## Exercise brief
Reproduce, from the lines below, exactly the stretch that begins at the line containing "f 181 124 126" and ends at the line containing "f 142 40 38", both included.

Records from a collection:
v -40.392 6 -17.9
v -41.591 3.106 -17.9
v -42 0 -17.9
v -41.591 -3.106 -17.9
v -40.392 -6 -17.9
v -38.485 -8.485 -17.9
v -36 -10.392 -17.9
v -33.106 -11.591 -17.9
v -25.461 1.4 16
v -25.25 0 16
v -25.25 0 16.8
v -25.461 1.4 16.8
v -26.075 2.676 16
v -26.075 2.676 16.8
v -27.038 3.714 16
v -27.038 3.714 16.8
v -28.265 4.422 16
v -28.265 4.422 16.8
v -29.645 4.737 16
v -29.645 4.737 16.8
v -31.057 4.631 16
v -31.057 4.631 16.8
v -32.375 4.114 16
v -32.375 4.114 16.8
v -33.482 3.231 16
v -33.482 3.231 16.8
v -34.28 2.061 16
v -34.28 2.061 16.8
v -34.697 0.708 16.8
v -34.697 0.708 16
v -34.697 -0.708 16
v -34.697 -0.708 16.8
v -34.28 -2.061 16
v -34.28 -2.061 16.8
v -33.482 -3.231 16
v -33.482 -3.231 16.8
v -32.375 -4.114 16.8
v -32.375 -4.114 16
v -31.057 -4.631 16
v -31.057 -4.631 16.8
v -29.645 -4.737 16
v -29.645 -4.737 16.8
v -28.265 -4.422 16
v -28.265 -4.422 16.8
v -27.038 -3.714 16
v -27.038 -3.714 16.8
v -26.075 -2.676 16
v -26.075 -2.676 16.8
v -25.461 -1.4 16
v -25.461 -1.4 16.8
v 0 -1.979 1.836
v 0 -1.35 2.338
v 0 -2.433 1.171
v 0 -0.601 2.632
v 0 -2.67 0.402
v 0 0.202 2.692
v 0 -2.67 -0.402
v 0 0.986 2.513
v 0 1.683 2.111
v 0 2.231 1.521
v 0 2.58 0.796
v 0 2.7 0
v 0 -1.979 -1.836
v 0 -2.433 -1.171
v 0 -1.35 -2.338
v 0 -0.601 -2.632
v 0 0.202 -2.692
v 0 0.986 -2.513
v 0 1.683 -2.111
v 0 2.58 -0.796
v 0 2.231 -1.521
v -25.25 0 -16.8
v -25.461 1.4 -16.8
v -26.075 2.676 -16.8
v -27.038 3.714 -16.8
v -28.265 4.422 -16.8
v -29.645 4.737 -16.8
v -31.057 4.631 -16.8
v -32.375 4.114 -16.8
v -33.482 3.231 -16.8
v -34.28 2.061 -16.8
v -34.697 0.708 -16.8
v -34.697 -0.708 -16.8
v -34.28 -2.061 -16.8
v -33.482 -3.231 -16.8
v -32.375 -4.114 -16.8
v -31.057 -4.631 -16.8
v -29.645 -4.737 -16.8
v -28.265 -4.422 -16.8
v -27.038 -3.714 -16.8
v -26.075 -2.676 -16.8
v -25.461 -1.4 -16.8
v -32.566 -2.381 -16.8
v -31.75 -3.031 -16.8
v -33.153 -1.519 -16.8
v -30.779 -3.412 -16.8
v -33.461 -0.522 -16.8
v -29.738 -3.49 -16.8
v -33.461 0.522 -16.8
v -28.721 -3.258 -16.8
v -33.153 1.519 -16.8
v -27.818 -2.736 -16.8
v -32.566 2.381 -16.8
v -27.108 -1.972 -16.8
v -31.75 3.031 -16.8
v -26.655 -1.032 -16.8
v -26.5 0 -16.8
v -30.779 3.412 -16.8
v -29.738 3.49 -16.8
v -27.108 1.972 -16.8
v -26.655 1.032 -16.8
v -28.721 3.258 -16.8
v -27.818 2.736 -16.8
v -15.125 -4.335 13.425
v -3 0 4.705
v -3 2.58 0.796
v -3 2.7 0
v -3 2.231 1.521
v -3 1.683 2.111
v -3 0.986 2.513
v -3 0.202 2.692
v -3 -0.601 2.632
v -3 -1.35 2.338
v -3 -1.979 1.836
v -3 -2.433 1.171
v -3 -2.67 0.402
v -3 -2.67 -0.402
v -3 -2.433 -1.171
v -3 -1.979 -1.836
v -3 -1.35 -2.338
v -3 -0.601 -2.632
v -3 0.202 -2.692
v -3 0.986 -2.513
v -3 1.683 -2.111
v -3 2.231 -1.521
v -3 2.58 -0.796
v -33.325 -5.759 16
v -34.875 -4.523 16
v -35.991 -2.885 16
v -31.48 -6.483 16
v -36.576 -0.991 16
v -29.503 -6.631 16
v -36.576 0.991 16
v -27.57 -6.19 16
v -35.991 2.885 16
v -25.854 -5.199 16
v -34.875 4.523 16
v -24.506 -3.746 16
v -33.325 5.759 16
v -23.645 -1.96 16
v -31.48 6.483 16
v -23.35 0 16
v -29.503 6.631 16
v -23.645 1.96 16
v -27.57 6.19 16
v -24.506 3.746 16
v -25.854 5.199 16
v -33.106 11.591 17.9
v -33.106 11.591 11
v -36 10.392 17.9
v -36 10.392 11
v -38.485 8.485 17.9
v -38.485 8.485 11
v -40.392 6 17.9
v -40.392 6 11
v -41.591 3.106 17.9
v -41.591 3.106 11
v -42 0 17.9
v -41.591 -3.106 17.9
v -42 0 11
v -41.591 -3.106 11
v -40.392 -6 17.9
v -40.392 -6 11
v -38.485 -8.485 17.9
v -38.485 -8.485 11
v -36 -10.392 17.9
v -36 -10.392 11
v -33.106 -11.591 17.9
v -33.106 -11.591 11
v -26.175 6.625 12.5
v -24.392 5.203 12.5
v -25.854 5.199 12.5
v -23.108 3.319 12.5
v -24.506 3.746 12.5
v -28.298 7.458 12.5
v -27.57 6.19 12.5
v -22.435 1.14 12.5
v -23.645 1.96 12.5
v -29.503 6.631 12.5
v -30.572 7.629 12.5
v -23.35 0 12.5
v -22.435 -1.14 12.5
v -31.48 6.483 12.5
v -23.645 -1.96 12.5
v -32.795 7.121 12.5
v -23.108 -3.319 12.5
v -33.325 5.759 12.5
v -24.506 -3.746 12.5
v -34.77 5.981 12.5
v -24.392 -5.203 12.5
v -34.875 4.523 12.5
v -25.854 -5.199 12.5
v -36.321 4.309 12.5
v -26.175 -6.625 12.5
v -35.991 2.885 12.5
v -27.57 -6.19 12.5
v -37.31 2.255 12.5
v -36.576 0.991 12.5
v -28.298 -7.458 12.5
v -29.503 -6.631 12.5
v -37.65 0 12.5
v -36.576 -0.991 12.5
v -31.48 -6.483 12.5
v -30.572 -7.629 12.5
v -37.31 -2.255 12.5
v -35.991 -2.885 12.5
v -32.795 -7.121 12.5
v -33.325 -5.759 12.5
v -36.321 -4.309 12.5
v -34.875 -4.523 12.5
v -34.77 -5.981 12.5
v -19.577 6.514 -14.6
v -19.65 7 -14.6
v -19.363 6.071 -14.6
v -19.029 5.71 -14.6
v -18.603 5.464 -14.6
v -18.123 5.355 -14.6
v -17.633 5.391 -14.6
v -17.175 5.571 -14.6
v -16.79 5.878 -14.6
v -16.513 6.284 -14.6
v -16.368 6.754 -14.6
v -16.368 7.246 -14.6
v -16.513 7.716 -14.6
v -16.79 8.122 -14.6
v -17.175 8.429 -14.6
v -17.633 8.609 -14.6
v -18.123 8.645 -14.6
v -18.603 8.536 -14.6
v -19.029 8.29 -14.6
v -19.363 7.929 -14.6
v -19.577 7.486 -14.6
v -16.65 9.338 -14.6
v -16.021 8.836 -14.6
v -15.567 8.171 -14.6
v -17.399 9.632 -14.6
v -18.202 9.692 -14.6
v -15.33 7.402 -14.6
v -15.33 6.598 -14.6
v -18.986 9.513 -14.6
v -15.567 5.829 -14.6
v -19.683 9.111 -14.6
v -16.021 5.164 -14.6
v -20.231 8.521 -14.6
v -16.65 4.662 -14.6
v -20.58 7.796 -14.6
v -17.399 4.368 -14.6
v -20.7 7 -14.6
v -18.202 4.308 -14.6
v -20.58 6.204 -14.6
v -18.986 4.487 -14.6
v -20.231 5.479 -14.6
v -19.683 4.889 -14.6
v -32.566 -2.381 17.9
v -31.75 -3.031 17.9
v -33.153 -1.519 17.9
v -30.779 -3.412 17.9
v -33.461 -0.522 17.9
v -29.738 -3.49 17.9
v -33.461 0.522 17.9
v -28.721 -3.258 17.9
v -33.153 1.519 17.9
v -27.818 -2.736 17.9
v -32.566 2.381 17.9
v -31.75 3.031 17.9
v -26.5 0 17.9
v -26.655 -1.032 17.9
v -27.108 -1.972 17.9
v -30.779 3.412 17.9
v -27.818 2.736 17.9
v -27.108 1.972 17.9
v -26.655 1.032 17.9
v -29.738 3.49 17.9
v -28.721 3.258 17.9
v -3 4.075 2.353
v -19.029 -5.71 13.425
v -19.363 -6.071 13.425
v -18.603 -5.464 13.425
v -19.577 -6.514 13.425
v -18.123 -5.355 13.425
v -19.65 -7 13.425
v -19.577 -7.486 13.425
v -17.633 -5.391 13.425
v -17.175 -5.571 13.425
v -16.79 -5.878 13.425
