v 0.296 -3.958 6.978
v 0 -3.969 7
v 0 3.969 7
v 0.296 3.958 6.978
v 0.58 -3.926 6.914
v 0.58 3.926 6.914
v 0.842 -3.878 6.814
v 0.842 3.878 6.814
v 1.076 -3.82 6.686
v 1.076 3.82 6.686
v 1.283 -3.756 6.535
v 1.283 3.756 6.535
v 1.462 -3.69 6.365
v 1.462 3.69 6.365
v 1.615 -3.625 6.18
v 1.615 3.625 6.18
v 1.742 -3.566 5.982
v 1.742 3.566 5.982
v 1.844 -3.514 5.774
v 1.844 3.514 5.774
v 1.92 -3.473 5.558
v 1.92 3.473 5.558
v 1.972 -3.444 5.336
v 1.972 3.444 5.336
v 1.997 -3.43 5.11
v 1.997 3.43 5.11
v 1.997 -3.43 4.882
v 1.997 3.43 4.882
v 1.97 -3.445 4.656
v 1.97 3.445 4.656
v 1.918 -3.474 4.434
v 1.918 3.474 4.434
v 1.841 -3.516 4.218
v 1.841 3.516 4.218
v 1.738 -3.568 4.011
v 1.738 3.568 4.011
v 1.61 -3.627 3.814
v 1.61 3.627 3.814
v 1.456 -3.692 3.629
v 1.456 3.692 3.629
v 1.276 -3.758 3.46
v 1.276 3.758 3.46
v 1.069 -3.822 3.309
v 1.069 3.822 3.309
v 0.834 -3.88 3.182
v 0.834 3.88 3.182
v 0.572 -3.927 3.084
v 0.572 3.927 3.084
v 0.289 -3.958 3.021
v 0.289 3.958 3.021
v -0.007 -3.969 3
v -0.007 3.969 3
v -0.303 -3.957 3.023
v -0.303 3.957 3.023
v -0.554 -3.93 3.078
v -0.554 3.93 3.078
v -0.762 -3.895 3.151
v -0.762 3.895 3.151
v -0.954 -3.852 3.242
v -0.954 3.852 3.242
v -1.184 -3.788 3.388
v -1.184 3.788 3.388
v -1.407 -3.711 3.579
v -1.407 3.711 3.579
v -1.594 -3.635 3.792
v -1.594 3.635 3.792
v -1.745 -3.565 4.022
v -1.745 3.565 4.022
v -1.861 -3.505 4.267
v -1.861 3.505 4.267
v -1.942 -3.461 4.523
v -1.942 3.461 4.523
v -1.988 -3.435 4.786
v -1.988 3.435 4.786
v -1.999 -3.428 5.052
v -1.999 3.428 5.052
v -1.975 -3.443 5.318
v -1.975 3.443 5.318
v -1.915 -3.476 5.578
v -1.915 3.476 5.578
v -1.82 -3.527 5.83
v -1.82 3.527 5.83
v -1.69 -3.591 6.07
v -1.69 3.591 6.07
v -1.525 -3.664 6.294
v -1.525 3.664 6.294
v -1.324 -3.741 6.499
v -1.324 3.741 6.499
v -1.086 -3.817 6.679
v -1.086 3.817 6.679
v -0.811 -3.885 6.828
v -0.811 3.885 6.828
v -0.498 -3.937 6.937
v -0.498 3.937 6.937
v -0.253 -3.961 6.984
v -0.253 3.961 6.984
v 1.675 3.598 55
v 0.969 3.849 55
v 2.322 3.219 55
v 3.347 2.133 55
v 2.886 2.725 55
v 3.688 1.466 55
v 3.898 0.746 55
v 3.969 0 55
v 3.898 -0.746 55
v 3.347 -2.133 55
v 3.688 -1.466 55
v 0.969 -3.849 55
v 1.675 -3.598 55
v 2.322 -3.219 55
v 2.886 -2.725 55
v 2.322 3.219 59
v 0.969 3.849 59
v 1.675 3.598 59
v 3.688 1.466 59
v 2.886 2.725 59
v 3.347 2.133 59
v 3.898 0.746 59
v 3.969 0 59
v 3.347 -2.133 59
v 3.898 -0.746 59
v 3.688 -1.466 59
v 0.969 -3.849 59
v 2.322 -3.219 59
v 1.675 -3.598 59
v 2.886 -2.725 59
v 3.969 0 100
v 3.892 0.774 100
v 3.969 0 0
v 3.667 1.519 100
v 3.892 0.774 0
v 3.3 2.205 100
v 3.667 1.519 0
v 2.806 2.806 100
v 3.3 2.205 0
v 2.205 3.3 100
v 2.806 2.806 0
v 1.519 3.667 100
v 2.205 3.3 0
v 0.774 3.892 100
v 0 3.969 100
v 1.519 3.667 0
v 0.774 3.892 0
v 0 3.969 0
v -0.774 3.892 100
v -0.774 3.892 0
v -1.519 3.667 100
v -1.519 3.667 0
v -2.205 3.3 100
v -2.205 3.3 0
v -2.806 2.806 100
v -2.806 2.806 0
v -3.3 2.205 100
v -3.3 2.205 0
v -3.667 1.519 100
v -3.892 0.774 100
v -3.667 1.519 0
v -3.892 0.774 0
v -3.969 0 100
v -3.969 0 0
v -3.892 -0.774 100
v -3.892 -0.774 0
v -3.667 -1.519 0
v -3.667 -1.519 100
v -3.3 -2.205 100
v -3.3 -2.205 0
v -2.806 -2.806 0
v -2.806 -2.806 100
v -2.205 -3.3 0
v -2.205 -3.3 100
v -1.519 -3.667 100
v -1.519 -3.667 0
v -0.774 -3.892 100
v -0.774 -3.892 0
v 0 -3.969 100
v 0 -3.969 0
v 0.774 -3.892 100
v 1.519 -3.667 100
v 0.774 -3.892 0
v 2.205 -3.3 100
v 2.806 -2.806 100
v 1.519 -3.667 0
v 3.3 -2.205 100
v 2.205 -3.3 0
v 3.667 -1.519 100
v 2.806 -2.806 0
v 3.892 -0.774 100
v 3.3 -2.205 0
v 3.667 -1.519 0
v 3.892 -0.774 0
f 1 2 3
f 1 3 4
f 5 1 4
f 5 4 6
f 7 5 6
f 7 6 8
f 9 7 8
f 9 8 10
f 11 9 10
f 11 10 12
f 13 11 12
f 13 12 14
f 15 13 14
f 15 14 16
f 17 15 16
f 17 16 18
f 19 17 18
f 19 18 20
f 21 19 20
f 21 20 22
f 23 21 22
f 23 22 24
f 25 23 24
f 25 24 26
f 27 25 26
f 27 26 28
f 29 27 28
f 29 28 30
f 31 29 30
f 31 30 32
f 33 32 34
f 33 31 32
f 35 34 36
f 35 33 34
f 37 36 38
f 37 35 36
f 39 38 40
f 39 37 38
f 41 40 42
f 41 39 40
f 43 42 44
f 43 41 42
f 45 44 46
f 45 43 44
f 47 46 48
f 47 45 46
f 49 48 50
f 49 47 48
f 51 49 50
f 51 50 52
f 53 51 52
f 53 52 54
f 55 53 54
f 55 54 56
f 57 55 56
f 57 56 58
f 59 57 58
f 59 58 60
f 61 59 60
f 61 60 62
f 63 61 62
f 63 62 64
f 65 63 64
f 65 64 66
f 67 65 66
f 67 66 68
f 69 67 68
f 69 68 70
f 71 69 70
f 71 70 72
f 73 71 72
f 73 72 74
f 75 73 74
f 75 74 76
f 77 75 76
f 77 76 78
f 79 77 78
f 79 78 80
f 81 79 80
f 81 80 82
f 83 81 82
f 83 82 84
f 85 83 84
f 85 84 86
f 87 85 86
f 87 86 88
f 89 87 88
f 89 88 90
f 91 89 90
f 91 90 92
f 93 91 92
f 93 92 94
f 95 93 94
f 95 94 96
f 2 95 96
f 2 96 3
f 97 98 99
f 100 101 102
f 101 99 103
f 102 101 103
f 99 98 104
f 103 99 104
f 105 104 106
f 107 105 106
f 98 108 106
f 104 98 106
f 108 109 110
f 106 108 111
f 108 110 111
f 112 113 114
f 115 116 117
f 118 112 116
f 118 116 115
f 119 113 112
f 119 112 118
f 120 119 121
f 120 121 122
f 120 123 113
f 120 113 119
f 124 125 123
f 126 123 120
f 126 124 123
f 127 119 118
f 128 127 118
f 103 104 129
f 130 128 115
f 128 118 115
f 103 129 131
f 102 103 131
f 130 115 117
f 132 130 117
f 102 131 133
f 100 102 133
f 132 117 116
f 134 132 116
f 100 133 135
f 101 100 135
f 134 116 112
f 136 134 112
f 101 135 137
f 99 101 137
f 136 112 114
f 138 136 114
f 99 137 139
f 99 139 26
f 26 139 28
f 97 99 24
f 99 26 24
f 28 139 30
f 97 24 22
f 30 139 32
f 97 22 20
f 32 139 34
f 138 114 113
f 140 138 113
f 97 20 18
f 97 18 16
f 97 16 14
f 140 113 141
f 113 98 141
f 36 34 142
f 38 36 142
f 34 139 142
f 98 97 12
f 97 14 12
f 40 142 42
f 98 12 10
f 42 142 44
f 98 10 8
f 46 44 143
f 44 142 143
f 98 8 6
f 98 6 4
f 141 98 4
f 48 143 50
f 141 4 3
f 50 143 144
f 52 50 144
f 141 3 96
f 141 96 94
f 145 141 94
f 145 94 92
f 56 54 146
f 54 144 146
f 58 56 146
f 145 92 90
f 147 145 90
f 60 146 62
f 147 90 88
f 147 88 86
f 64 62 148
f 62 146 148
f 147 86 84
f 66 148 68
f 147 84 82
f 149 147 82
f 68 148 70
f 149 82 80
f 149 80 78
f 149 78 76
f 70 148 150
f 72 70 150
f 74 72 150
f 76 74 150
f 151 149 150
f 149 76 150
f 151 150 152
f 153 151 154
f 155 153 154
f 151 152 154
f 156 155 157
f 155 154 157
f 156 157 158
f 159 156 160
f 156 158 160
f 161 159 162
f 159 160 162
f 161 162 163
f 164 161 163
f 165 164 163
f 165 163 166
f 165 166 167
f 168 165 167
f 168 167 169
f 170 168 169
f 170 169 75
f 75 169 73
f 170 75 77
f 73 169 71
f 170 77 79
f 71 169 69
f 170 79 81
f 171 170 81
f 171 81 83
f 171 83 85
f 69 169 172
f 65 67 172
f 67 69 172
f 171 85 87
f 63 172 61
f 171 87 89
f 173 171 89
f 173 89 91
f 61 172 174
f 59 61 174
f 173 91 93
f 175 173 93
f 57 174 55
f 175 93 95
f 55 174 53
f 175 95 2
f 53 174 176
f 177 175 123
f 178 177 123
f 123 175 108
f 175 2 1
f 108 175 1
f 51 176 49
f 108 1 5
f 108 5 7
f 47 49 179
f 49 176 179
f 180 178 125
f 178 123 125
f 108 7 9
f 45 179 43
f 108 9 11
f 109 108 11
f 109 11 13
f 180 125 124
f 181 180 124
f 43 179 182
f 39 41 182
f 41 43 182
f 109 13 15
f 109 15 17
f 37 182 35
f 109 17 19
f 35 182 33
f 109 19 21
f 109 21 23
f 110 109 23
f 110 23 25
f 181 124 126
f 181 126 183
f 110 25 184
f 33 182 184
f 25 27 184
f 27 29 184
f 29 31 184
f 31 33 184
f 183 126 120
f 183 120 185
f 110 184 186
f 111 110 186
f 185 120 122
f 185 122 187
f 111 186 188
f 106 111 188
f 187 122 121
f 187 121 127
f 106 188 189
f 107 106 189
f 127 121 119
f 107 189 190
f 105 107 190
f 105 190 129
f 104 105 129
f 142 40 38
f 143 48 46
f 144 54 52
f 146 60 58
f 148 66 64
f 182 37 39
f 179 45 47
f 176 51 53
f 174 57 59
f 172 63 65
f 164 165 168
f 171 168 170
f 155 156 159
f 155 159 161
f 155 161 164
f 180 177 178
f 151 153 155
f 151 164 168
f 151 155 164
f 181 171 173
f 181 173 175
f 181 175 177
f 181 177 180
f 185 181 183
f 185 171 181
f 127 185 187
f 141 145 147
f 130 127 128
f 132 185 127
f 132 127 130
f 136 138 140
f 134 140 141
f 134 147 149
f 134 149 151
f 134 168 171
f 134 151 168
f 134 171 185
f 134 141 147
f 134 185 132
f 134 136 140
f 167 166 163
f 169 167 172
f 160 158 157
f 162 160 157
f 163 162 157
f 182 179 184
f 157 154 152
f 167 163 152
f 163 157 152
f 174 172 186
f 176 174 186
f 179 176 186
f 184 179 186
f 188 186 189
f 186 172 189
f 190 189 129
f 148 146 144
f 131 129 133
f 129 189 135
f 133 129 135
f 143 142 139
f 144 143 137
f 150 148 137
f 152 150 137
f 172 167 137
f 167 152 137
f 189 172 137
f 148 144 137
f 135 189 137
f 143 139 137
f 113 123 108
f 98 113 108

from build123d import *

# Parameters (mm, degrees)
SKETCH1_R               = 3.96875
BOSS_EXTRUDE1_DEPTH     = 100
CUT_EXTRUDE2_DEPTH      = 101.157385914
CUT_EXTRUDE2_DEPTH_BACK = 101.157385914
SKETCH3_R               = 2
CUT_EXTRUDE3_DEPTH      = 101.157386022
CUT_EXTRUDE3_DEPTH_BACK = 101.157386022
SKETCH5_W               = 3
SKETCH5_H               = 4


with BuildPart() as part:
    # Sketch1 → Boss-Extrude1 (new body)
    with BuildSketch(Plane.XY):
        Circle(SKETCH1_R)
    extrude(amount=BOSS_EXTRUDE1_DEPTH)

    # Sketch3 → Cut-Extrude2 (cut, two sides: drawn at the far end of the back side and taken through both)
    with BuildSketch(Plane(origin=(0, 0, 0), x_dir=(1, 0, 0), z_dir=(0, 1, 0)).offset(-CUT_EXTRUDE2_DEPTH_BACK)):
        with Locations((0, -5)):
            Circle(SKETCH3_R)
    extrude(amount=CUT_EXTRUDE2_DEPTH + CUT_EXTRUDE2_DEPTH_BACK, mode=Mode.SUBTRACT)

    # Sketch5 → Cut-Extrude3 (cut, two sides: drawn at the far end of the back side and taken through both)
    with BuildSketch(Plane(origin=(0, 0, 0), x_dir=(1, 0, 0), z_dir=(0, 1, 0)).offset(-CUT_EXTRUDE3_DEPTH_BACK)):
        with Locations((2.46875, -57)):
            Rectangle(SKETCH5_W, SKETCH5_H)
    extrude(amount=CUT_EXTRUDE3_DEPTH + CUT_EXTRUDE3_DEPTH_BACK, mode=Mode.SUBTRACT)


solid = part.part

## Answer to this problem
f 181 124 126
f 181 126 183
f 110 25 184
f 33 182 184
f 25 27 184
f 27 29 184
f 29 31 184
f 31 33 184
f 183 126 120
f 183 120 185
f 110 184 186
f 111 110 186
f 185 120 122
f 185 122 187
f 111 186 188
f 106 111 188
f 187 122 121
f 187 121 127
f 106 188 189
f 107 106 189
f 127 121 119
f 107 189 190
f 105 107 190
f 105 190 129
f 104 105 129
f 142 40 38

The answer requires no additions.